Even in the software industry, only a minority of sales actually occur over the counter with most occurring over the phone. Increasingly the transaction is done by ESD (Electronic Software Distribution) in which only the information itself is transferred by modem.
If Zeidenberg’s arguments were applied to all sales, then even these unboxed sales would be unfettered by terms and the seller would be deemed to have made a broad warranty and thus must pay consequential damages for any shortfalls.
Under the concept proffered by the district court, the UCC does not countenance the sequence of money now and terms later. We cannot find any cases involving sales contracts for consumer goods that address such a proposition.
A contract for sale of goods may be made in any manner sufficient to show agreement, including conduct by both parties, which recognizes the existence of such a contract.
A vendor is master of his offer and he may invite acceptance in by conduct and may propose limitations on the kind of conduct that constitutes acceptance.
Under UCC 2-204(1), ProCd proposed a contract that a buyer would accept by using the software after having an opportunity to read the license at his leisure. Zeidenberg did this.
Under Section 2-606 a buyer accepts goods when after he has had an opportunity to inspect, he fails to make an effective rejection under 2-606(1).
ProCd extended Zeidenberg an opportunity to reject if he found the license unsatisfactory. Zeidenberg inspected the product, tried out the software and learned about the license and decided not to reject the goods.

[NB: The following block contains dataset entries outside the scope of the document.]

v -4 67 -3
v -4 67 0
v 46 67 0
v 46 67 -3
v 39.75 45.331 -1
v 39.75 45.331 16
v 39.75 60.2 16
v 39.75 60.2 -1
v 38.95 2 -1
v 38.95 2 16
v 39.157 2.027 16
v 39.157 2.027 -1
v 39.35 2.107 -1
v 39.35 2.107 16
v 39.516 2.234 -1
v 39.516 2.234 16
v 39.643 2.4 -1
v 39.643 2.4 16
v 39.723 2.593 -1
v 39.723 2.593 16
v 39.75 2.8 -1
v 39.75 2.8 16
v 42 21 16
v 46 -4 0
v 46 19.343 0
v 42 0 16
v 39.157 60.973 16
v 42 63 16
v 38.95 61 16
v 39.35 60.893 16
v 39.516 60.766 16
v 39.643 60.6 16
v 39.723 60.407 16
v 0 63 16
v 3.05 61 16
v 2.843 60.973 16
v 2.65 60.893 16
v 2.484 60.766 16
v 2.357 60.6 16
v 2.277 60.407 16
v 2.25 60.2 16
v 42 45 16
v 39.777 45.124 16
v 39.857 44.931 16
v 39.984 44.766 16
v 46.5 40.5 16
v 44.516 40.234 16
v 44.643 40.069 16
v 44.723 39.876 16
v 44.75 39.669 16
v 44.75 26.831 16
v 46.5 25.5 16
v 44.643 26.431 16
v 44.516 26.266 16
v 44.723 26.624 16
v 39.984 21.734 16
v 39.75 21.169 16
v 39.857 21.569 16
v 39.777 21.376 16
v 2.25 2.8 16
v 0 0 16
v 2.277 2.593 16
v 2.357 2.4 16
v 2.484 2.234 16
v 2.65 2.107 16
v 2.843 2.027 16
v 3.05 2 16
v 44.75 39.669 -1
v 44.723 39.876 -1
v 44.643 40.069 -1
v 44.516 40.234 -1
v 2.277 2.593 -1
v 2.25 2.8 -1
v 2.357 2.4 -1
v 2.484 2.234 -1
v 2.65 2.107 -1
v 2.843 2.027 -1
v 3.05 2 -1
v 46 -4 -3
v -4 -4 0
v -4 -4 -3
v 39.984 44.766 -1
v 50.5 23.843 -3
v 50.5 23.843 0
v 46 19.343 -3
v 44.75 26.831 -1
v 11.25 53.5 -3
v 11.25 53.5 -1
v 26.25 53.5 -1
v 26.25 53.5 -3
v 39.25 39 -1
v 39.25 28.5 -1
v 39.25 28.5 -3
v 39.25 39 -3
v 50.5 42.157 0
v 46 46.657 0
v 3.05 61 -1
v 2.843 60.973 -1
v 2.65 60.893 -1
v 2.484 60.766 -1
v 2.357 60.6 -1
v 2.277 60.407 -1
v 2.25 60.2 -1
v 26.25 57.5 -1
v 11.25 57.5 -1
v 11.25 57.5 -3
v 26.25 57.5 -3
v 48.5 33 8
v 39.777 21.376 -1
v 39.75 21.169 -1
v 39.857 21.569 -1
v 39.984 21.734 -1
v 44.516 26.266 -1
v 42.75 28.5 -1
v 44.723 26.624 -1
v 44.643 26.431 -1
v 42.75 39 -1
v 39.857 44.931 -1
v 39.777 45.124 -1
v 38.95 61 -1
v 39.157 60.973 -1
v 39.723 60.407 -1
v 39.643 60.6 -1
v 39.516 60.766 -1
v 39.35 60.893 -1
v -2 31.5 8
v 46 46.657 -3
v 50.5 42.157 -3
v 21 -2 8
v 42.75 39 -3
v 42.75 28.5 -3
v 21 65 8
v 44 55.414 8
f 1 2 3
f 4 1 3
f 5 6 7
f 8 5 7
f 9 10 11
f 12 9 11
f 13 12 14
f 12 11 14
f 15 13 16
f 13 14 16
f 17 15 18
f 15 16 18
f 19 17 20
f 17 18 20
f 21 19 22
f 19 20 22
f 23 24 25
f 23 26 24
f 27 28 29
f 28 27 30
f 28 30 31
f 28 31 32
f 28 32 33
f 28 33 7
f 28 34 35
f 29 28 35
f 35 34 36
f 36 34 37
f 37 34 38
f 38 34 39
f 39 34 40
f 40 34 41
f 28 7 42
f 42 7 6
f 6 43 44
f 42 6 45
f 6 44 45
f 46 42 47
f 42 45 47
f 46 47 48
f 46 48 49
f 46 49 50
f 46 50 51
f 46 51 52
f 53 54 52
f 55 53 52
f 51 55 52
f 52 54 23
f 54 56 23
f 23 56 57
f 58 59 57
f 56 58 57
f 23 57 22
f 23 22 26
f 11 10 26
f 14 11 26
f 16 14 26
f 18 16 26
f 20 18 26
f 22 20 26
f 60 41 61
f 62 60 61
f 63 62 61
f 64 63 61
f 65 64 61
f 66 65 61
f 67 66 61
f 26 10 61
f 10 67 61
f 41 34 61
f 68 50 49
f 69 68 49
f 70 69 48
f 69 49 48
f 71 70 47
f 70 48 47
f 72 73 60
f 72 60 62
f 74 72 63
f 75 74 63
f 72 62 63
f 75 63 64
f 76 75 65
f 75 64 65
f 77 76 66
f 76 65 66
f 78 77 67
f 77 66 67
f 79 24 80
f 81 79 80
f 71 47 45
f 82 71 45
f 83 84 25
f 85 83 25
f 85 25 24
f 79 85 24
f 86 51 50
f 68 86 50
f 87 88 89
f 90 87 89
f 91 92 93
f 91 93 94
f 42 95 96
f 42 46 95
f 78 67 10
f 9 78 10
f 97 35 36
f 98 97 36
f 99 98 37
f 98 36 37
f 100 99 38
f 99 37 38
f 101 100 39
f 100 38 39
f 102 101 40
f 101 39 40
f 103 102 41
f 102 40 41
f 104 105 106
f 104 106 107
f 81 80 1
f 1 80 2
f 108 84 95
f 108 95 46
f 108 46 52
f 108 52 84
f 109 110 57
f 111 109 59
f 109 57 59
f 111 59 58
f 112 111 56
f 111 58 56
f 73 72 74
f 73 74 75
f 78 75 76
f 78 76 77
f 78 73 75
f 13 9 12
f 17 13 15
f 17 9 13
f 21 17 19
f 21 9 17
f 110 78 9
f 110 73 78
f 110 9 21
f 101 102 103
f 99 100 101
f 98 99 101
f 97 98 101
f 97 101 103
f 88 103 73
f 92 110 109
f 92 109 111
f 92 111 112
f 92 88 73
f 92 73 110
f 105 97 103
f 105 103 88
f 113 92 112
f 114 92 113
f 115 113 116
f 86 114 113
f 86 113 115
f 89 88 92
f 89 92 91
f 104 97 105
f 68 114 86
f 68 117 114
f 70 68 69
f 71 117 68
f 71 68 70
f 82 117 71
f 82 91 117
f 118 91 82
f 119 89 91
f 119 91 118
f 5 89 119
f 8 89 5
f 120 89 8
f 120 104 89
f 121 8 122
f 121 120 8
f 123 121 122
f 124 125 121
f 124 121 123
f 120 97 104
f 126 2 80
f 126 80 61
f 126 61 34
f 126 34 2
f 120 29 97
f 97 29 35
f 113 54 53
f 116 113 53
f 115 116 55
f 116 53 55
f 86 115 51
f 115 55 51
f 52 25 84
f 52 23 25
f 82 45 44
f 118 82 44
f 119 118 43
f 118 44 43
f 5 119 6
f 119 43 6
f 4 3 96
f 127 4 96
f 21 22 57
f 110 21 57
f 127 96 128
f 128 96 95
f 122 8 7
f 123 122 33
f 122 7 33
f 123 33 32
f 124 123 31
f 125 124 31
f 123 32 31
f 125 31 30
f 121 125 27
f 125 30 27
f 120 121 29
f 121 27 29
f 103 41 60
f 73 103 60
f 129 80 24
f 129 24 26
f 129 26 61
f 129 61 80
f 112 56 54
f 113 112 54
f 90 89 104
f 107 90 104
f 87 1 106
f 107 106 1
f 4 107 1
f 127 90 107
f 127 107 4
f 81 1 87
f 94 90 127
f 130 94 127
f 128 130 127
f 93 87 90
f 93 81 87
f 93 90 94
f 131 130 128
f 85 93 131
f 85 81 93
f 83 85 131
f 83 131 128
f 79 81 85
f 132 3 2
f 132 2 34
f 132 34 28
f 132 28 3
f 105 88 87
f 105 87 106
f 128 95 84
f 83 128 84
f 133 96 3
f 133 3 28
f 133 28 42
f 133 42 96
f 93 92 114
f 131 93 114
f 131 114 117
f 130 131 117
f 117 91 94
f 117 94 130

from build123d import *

# Parameters (mm, degrees)
F5_DEPTH = 3
F7_DEPTH = 17
F8_W     = 15
F8_H     = 4
F8_W_2   = 3.5
F8_H_2   = 10.5
F9_DEPTH = 2.001


with BuildPart() as f3:
    # F0 (on Top) → F3 section 0
    with BuildSketch(Plane.XY):
        Polygon((-4, 67), (-4, -4), (46, -4), (46, 19.3431457505), (50.5, 23.8431457505), (50.5, 42.1568542495), (46, 46.6568542495), (46, 67), align=None)
    # F2 (on offset) → F3 section 1
    with BuildSketch(Plane.XY.offset(16)):
        Polygon((0, 63), (0, 0), (42, 0), (42, 21), (46.5, 25.5), (46.5, 40.5), (42, 45), (42, 63), align=None)
    loft()

    # F4 (on face) → F5 (join)
    with BuildSketch(Plane(origin=(0, 0, 0), x_dir=(1, 0, 0), z_dir=(0, 0, -1))):
        Polygon((46, 4), (-4, 4), (-4, -67), (46, -67), (46, -46.6568542495), (50.5, -42.1568542495), (50.5, -23.8431457505), (46, -19.3431457505), align=None)
    extrude(amount=F5_DEPTH)

    # F6 (on face) → F7 (cut)
    with BuildSketch(Plane.XY.offset(16)):
        with BuildLine():
            Line((38.95, 61), (3.05, 61))
            ThreePointArc((3.05, 61), (2.4843145751, 60.7656854249), (2.25, 60.2))
            Line((2.25, 60.2), (2.25, 2.8))
            ThreePointArc((2.25, 2.8), (2.4843145751, 2.2343145751), (3.05, 2))
            Line((3.05, 2), (38.95, 2))
            ThreePointArc((38.95, 2), (39.5156854249, 2.2343145751), (39.75, 2.8))
            Line((39.75, 2.8), (39.75, 21.1686291501))
            ThreePointArc((39.75, 21.1686291501), (39.810896374, 21.474775896), (39.9843145751, 21.7343145751))
            Line((39.9843145751, 21.7343145751), (44.5156854249, 26.2656854249))
            ThreePointArc((44.5156854249, 26.2656854249), (44.689103626, 26.525224104), (44.75, 26.8313708499))
            Line((44.75, 26.8313708499), (44.75, 39.6686291501))
            ThreePointArc((44.75, 39.6686291501), (44.689103626, 39.974775896), (44.5156854249, 40.2343145751))
            Line((44.5156854249, 40.2343145751), (39.9843145751, 44.7656854249))
            ThreePointArc((39.9843145751, 44.7656854249), (39.810896374, 45.025224104), (39.75, 45.3313708499))
            Line((39.75, 45.3313708499), (39.75, 60.2))
            ThreePointArc((39.75, 60.2), (39.5156854249, 60.7656854249), (38.95, 61))
        make_face()
    extrude(amount=-F7_DEPTH, mode=Mode.SUBTRACT)

    # F8 (on face) → F9 (cut, through all)
    with BuildSketch(Plane.XY.offset(-1)):
        with Locations((18.75, 55.5)):
            Rectangle(F8_W, F8_H)
        with Locations((41, 33.75)):
            Rectangle(F8_W_2, F8_H_2)
    extrude(amount=-F9_DEPTH, mode=Mode.SUBTRACT)


solid = f3.part
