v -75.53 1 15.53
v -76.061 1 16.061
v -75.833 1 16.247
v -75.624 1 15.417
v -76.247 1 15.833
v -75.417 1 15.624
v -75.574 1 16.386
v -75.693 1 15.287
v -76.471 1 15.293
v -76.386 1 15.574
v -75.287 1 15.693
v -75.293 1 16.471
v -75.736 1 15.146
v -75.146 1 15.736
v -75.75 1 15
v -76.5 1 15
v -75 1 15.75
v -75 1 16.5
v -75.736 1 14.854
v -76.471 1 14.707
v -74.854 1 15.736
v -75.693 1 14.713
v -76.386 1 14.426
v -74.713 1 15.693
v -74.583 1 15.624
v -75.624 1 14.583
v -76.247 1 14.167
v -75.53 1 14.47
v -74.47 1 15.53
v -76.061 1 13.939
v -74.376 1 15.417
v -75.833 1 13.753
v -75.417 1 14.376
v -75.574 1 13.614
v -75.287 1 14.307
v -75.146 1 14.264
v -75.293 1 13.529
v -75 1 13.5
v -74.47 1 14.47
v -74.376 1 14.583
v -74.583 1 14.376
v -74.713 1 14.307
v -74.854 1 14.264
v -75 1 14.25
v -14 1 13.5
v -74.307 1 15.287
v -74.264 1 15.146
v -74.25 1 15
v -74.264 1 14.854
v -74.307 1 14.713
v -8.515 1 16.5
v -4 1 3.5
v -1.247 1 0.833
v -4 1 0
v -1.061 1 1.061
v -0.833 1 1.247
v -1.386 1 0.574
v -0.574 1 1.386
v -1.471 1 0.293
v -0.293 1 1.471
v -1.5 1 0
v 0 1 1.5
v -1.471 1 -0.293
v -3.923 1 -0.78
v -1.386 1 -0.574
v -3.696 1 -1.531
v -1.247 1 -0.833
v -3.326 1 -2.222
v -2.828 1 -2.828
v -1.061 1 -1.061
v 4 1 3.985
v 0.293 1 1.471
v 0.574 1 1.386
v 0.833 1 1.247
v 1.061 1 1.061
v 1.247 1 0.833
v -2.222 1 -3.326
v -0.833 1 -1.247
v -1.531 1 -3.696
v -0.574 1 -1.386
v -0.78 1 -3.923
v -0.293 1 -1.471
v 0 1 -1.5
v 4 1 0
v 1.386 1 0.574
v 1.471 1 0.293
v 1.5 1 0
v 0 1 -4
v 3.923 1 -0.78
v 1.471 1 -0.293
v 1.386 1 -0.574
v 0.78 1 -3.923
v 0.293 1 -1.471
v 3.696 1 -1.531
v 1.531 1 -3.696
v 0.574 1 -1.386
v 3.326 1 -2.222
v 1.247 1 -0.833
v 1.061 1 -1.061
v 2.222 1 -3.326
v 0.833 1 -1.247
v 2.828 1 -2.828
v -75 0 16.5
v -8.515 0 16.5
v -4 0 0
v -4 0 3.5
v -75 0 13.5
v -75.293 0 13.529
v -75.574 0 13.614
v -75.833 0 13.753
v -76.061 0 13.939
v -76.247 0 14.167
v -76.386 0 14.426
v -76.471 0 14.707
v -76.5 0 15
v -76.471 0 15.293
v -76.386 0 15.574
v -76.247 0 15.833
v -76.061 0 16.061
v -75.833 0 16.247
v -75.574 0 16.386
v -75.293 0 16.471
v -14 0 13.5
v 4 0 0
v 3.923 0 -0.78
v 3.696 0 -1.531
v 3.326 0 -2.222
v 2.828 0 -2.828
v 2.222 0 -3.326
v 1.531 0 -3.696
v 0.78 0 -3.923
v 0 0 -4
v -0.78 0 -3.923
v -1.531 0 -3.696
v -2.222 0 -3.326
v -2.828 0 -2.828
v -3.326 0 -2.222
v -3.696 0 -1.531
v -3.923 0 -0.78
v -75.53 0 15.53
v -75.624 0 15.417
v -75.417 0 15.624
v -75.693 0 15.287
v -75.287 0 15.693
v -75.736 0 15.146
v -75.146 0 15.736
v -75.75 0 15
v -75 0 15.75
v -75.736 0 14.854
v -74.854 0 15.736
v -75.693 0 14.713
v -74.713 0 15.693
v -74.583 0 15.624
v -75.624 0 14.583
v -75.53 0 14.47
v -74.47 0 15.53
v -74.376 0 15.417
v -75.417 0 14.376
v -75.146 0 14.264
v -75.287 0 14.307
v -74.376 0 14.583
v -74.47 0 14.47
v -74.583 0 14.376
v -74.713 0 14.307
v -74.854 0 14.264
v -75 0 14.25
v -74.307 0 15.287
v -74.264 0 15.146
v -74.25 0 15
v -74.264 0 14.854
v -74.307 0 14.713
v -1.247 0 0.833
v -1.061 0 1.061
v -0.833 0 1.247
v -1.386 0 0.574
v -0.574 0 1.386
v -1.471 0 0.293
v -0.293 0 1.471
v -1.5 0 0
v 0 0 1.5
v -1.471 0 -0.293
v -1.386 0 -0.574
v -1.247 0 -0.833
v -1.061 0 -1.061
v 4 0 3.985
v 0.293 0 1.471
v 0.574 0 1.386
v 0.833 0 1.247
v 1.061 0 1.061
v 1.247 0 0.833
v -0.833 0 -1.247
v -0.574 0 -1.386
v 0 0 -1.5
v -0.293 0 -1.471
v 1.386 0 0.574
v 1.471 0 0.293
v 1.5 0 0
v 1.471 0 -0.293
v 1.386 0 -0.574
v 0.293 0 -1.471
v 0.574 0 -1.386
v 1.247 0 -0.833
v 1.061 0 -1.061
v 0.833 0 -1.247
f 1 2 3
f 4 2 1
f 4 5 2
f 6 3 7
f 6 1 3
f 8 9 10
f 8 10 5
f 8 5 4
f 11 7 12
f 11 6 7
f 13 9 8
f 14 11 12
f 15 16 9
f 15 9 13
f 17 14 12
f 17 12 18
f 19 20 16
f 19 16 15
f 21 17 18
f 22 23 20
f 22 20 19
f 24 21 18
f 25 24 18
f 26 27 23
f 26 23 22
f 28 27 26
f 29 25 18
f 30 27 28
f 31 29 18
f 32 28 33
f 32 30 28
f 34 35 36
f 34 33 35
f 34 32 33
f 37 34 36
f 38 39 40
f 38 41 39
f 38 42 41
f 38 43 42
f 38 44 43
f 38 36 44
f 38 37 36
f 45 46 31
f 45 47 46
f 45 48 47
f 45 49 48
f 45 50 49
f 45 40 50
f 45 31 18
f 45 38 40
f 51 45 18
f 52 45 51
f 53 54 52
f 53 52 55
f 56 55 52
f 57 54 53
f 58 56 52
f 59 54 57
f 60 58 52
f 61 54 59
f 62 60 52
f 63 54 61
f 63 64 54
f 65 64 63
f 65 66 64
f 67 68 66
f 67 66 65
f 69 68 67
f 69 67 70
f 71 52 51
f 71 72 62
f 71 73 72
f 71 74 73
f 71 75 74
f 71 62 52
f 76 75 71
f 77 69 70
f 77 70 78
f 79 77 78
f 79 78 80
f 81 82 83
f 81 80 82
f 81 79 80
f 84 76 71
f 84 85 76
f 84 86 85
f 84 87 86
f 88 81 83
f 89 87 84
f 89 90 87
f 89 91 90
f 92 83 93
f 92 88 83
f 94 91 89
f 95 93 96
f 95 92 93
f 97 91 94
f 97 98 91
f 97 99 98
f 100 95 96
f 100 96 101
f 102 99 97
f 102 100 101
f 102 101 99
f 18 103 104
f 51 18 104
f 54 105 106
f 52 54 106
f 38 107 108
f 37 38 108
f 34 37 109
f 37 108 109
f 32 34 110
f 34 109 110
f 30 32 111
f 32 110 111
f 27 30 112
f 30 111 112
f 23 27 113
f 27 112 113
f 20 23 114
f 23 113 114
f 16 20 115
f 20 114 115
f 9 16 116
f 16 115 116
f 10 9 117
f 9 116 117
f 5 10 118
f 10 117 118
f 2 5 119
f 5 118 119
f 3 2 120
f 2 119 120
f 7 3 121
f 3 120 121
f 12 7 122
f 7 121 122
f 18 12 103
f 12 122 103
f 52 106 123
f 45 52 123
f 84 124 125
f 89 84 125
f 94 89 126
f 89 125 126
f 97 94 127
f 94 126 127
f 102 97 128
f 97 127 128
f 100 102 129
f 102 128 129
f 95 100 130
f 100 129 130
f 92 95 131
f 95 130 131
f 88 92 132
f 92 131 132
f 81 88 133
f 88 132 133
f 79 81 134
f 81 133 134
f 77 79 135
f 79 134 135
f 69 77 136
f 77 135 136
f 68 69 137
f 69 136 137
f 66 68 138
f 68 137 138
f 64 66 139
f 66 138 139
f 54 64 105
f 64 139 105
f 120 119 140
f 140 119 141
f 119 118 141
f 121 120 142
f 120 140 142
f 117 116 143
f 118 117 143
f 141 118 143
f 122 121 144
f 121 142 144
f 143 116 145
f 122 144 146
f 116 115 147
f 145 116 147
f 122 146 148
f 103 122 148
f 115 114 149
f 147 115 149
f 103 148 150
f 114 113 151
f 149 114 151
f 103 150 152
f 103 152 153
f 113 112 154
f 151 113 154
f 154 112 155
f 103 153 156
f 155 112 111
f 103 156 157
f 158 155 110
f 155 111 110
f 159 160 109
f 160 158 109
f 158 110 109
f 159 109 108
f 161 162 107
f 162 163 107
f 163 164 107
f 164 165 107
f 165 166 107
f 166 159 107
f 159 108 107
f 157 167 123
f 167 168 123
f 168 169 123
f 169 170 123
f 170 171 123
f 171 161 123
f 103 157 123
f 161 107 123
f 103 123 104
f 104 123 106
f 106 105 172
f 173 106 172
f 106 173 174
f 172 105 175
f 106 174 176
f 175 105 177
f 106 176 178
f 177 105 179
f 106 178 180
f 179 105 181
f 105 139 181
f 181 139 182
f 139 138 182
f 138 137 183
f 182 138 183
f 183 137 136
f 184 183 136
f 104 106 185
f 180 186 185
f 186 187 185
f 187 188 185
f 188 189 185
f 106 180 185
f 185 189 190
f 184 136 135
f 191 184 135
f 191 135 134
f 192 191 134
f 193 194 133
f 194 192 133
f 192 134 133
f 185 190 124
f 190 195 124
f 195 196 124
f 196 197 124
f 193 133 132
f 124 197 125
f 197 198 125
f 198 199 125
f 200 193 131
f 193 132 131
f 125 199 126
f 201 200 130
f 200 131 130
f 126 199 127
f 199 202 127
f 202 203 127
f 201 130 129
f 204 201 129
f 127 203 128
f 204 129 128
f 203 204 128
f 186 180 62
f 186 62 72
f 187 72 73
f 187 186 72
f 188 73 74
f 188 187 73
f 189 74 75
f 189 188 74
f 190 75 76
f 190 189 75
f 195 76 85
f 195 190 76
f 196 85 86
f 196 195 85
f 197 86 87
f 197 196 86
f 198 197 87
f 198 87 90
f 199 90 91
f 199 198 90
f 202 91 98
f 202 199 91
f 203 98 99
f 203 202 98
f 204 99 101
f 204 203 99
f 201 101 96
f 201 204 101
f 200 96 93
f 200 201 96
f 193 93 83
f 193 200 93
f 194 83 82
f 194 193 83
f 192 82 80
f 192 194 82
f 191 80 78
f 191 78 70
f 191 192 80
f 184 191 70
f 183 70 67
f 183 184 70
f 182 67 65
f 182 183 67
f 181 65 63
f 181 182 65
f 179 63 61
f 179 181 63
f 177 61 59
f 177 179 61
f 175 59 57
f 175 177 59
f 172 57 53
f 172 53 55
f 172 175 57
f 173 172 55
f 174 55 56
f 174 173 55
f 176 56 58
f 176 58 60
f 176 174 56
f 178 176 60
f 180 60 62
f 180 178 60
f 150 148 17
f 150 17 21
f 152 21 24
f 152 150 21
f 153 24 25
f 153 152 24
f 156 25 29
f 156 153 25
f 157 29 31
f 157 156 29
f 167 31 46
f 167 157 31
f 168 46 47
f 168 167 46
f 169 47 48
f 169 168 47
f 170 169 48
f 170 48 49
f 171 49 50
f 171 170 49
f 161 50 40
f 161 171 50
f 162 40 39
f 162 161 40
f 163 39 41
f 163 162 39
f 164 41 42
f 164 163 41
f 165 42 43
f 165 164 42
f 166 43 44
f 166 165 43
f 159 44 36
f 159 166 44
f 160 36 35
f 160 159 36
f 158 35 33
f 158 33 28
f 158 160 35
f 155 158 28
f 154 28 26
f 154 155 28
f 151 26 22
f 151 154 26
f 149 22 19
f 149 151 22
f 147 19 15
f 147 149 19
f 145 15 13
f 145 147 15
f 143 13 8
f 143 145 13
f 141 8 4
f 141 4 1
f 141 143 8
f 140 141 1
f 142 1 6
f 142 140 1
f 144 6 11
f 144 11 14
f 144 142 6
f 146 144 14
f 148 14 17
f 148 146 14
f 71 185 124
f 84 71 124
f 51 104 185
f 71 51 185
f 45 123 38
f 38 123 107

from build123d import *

# Parameters (mm, degrees)
SKETCH1_R           = 1.5
SKETCH1_R_2         = 0.75
BOSS_EXTRUDE1_DEPTH = 1


with BuildPart() as part:
    # Sketch1 → Boss-Extrude1 (new body)
    with BuildSketch(Plane(origin=(0, 0, 0), x_dir=(1, 0, 0), z_dir=(0, 1, 0))):
        with BuildLine():
            Line((-4, 0), (-4, -3.5))
            Line((-4, -3.5), (-14, -13.5))
            Line((-14, -13.5), (-75, -13.5))
            ThreePointArc((-75, -13.5), (-76.5, -15), (-75, -16.5))
            Line((-75, -16.5), (-8.514718626, -16.5))
            Line((-8.514718626, -16.5), (4, -3.985281374))
            Line((4, -3.985281374), (4, 0))
            ThreePointArc((4, 0), (0, 4), (-4, 0))
        make_face()
        with Locations(Location((0, 0, 0), (0, 0, 270))):
            Circle(SKETCH1_R, mode=Mode.SUBTRACT)
        with Locations(Location((-75, -15, 0), (0, 0, 270))):
            Circle(SKETCH1_R_2, mode=Mode.SUBTRACT)
    extrude(amount=BOSS_EXTRUDE1_DEPTH)


solid = part.part
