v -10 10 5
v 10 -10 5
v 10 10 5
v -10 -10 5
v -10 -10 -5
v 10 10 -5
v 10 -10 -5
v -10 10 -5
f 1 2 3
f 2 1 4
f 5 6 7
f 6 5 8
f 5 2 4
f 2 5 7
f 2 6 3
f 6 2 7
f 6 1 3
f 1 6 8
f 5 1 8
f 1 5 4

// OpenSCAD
module heat_block()
{
    cube([20,20,10],center=true);    
}

heat_block();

Zeidenberg in fact had no choice because the license splashed on the screen and would not let him proceed without indicating acceptance.
ProCd proposed and Zeidenberg accepted and under 2-206(1) and (1)(b) a buyer accepts goods when after an opportunity to inspect, he fails to make an effective rejection.
Zeidenberg got the package, used the goods and did not reject the goods.
The license called for an opportunity to return if not satisfied with the license. The UCC does impose additional requirements on the way parties agree to terms (see 2-316(2), 2-205, 2-209(2)) in certain instances.
Zeidenberg has not located any cases in this state or in any other holding that the UCC requires special prominence for the terms of shrinkwrap licenses.